Обе стороны теперь взаимно раздражали друг друга: одну сердил самый облик нетронутой крестьянской силы и кощунственного, в те суровые годы, благополучия, Николку же, напротив, злила и тут проявившаяся привычка города распоряжаться его трудом и достатком. Только застрявший посреди Манюкин мешал им сойтись в рукопашной.
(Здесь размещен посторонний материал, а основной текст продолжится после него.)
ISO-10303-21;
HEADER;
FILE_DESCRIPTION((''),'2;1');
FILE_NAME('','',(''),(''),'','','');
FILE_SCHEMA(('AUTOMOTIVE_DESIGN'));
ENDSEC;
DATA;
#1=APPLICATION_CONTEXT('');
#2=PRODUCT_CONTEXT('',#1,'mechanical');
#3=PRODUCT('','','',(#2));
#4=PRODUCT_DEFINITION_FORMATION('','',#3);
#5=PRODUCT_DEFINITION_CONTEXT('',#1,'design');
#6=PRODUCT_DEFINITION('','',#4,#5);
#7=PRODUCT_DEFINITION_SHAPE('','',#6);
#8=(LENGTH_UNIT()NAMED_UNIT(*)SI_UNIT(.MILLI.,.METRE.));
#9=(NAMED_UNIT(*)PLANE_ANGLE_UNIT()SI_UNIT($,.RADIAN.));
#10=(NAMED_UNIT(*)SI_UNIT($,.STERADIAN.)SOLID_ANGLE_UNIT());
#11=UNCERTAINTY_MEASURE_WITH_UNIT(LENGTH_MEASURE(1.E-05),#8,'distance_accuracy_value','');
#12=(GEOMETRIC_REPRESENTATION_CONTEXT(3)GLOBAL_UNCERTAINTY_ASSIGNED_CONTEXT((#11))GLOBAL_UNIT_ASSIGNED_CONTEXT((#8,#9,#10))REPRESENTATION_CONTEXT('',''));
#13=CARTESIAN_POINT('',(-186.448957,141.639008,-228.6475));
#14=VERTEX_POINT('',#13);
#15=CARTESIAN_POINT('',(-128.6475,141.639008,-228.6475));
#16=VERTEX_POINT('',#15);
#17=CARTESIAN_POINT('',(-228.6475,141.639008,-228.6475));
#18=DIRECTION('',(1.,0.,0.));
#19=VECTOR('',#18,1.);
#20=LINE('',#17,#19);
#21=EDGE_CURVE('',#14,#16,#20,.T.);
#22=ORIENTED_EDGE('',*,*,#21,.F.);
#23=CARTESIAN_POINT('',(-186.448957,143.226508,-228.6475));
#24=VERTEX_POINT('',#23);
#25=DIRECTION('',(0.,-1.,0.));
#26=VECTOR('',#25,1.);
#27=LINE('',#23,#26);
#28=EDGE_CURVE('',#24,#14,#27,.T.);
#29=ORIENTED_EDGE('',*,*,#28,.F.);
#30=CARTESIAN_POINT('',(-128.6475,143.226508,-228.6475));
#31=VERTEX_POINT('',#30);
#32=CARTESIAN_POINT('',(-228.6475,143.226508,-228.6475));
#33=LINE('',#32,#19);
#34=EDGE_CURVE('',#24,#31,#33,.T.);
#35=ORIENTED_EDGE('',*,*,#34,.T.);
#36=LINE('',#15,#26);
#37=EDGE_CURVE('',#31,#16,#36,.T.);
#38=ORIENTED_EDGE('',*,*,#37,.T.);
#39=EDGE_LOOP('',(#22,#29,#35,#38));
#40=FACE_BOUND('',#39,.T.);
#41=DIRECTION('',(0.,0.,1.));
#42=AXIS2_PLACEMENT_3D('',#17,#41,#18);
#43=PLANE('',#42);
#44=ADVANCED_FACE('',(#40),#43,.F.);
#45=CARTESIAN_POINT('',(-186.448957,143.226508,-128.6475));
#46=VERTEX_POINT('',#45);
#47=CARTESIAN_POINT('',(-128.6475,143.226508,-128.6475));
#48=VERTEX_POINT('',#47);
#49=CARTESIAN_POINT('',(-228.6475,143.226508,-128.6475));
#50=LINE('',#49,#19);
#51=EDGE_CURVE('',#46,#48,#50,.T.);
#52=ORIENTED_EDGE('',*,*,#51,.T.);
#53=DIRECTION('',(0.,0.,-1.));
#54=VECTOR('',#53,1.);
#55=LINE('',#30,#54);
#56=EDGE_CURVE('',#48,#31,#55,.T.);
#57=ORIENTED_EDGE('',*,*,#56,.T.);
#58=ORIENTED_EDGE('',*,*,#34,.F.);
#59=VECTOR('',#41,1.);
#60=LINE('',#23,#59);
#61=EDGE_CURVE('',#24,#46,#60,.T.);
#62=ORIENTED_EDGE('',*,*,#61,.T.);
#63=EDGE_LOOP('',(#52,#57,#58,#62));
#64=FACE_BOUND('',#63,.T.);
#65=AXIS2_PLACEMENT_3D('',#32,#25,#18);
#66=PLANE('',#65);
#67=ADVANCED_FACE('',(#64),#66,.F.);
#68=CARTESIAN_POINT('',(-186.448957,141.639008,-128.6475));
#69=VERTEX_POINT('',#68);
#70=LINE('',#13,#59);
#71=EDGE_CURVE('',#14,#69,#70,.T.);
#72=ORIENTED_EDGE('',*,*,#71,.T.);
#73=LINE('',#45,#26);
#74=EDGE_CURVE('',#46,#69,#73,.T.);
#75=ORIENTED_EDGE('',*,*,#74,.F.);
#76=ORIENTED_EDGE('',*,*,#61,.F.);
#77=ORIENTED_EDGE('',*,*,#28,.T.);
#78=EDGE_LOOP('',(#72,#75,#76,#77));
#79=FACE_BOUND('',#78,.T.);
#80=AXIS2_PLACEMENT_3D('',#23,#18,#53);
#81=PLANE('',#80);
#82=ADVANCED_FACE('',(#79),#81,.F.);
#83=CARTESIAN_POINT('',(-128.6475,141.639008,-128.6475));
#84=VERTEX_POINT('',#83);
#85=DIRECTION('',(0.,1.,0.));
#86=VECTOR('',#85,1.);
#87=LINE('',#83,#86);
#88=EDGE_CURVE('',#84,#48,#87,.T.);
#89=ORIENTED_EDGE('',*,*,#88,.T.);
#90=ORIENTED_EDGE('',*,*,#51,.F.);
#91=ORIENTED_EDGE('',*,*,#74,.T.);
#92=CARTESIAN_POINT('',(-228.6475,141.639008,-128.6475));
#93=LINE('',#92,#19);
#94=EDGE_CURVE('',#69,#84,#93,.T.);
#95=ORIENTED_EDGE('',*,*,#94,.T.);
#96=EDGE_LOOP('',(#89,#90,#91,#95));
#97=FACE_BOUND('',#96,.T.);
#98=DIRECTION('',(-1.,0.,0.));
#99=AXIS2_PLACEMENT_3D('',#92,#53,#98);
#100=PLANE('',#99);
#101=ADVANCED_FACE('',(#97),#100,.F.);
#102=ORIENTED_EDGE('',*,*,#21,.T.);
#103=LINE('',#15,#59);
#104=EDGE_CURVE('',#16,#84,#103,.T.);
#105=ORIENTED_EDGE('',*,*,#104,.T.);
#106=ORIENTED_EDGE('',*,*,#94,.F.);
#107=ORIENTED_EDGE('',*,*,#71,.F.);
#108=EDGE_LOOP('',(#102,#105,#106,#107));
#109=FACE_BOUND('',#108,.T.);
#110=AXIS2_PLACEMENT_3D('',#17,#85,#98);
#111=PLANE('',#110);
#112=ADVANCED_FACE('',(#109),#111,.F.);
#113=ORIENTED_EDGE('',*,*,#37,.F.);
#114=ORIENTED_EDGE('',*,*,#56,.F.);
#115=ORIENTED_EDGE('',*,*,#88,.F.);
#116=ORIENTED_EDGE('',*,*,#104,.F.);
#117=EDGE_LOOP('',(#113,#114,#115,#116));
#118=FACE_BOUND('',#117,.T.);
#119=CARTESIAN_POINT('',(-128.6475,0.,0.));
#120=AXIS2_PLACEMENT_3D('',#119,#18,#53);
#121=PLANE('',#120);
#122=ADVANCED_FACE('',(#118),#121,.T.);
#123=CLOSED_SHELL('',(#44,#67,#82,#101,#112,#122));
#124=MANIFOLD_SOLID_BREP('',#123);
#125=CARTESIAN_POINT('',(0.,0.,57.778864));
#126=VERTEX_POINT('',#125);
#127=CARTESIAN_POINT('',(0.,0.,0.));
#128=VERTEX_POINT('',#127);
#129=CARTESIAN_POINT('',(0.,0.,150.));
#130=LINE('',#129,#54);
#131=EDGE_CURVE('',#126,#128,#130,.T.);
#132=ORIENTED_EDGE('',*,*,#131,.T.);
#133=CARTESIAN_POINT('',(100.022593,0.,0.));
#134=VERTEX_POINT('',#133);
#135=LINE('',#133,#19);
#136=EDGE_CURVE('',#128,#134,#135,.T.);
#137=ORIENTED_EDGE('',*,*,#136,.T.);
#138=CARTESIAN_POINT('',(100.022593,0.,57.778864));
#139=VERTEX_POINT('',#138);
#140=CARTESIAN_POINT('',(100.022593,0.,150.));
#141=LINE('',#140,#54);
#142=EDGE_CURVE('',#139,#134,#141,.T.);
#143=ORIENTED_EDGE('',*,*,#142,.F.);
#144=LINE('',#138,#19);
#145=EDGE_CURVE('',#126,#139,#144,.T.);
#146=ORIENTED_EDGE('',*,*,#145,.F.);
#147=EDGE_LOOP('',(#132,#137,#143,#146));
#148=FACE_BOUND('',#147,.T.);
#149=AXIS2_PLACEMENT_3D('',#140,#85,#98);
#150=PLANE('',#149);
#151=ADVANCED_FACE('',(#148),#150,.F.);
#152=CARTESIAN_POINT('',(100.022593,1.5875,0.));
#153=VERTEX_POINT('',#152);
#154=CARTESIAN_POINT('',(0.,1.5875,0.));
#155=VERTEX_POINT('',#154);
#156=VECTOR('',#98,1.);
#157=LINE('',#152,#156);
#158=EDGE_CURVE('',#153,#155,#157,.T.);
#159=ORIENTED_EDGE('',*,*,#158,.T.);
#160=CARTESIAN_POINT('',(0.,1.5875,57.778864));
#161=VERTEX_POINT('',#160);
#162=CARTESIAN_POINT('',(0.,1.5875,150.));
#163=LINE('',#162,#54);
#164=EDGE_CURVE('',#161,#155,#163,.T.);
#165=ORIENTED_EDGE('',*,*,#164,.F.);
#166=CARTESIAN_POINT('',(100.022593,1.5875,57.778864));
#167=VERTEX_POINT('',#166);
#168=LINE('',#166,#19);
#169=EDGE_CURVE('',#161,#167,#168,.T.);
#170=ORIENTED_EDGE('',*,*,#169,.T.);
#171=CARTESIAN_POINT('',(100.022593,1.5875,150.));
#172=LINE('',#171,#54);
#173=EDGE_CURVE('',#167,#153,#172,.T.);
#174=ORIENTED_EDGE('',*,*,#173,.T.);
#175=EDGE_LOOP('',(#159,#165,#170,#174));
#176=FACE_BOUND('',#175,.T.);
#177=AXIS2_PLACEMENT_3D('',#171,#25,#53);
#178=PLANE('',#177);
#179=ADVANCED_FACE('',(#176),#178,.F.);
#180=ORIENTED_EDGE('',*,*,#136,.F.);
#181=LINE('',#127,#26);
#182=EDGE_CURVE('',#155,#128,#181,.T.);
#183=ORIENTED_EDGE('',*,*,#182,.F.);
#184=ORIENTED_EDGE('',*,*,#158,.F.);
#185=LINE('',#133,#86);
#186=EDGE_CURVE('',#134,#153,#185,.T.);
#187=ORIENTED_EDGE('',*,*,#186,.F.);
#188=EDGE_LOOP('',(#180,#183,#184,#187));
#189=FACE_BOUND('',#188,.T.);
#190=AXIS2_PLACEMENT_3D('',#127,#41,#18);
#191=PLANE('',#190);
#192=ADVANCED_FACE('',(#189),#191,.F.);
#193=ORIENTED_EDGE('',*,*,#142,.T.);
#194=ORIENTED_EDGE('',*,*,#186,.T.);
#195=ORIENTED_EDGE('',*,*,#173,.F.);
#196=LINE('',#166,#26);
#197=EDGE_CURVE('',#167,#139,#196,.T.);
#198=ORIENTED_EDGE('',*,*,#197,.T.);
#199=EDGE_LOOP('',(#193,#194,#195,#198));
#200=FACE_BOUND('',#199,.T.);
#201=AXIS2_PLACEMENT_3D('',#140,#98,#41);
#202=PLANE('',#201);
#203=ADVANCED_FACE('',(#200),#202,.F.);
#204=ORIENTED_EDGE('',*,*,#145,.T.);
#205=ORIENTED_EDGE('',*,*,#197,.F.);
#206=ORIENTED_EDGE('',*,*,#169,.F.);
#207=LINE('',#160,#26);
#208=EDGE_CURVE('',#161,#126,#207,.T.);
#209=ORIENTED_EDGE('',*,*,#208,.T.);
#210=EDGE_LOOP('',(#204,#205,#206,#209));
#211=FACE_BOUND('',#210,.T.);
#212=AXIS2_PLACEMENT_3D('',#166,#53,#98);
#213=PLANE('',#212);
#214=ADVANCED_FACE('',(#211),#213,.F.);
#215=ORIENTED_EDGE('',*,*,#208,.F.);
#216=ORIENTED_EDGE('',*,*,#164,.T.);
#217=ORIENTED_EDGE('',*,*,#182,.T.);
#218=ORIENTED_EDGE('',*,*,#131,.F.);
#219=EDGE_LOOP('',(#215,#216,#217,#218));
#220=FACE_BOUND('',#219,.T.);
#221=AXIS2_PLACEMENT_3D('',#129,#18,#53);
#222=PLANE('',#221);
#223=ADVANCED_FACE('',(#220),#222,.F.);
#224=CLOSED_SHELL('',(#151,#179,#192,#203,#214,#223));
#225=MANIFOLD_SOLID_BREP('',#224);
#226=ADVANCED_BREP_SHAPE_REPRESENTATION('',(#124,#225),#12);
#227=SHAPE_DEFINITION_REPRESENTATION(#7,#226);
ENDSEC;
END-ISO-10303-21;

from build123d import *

# Parameters (mm, degrees)
SKETCH2_W           = 100.022593171
SKETCH2_H           = 1.5875
BOSS_EXTRUDE1_DEPTH = 150
SKETCH3_W           = 100.022593171
SKETCH3_H           = 92.221136112
CUT_EXTRUDE1_DEPTH  = 1.5875
SKETCH4_W           = 100
SKETCH4_H           = 1.5875
BOSS_EXTRUDE2_DEPTH = 100
SKETCH5_W           = 42.198542941
SKETCH5_H           = 100
CUT_EXTRUDE2_DEPTH  = 1.5875


with BuildPart() as part:
    # Sketch2 → Boss-Extrude1 (new body)
    with BuildSketch(Plane.XY):
        with Locations((50.011296586, 0.79375)):
            Rectangle(SKETCH2_W, SKETCH2_H)
    extrude(amount=BOSS_EXTRUDE1_DEPTH)

    # Sketch3 → Cut-Extrude1 (cut)
    with BuildSketch(Plane.XZ):
        with Locations((50.011296586, 103.889431944)):
            Rectangle(SKETCH3_W, SKETCH3_H)
    extrude(amount=-CUT_EXTRUDE1_DEPTH, mode=Mode.SUBTRACT)


with BuildPart() as body_2:
    # Sketch4 → Boss-Extrude2 (new body)
    with BuildSketch(Plane.ZY.offset(128.6475)):
        with Locations((-178.6475, 142.432757657)):
            Rectangle(SKETCH4_W, SKETCH4_H)
    extrude(amount=BOSS_EXTRUDE2_DEPTH)

    # Sketch5 → Cut-Extrude2 (cut)
    with BuildSketch(Plane.XZ.offset(-141.639007657)):
        with Locations((-207.54822853, -178.6475)):
            Rectangle(SKETCH5_W, SKETCH5_H)
    extrude(amount=-CUT_EXTRUDE2_DEPTH, mode=Mode.SUBTRACT)


solid = Compound([part.part, body_2.part])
– Напрасно вы меня этак, гражданин… – с многословной старческой чувствительностью заговорил он и пальцем попридержал запрыгавшую губу: видимо, он еще не совсем привык к новой роли шута в государстве российском. – Хотя, по нужде, мне и приходится торговать немножко биографией моею, но, право же, весь с потрохами я не продавался вам. Опять же заказ ваш выполнен в точности, как было мне поведено. И, главное, товар чистый: все это было, очень даже было… а ежели показалось недостаточно смешно, так ведь оно и на деле не смешнее происходило. Тогда забирайте назад свою подачку…
Для скорейшего, горстью же, извлечения Николкиных монеток он подтянул вверх полу пиджака, причем пришлось сперва разгрузить туго набитый карман. Он уже достал оттуда бывший носовой платок, присвоенный где-то кусок заливной рыбы в промокшей газетке… тут-то пробившийся вперед Фирсов и потряс его за плечо.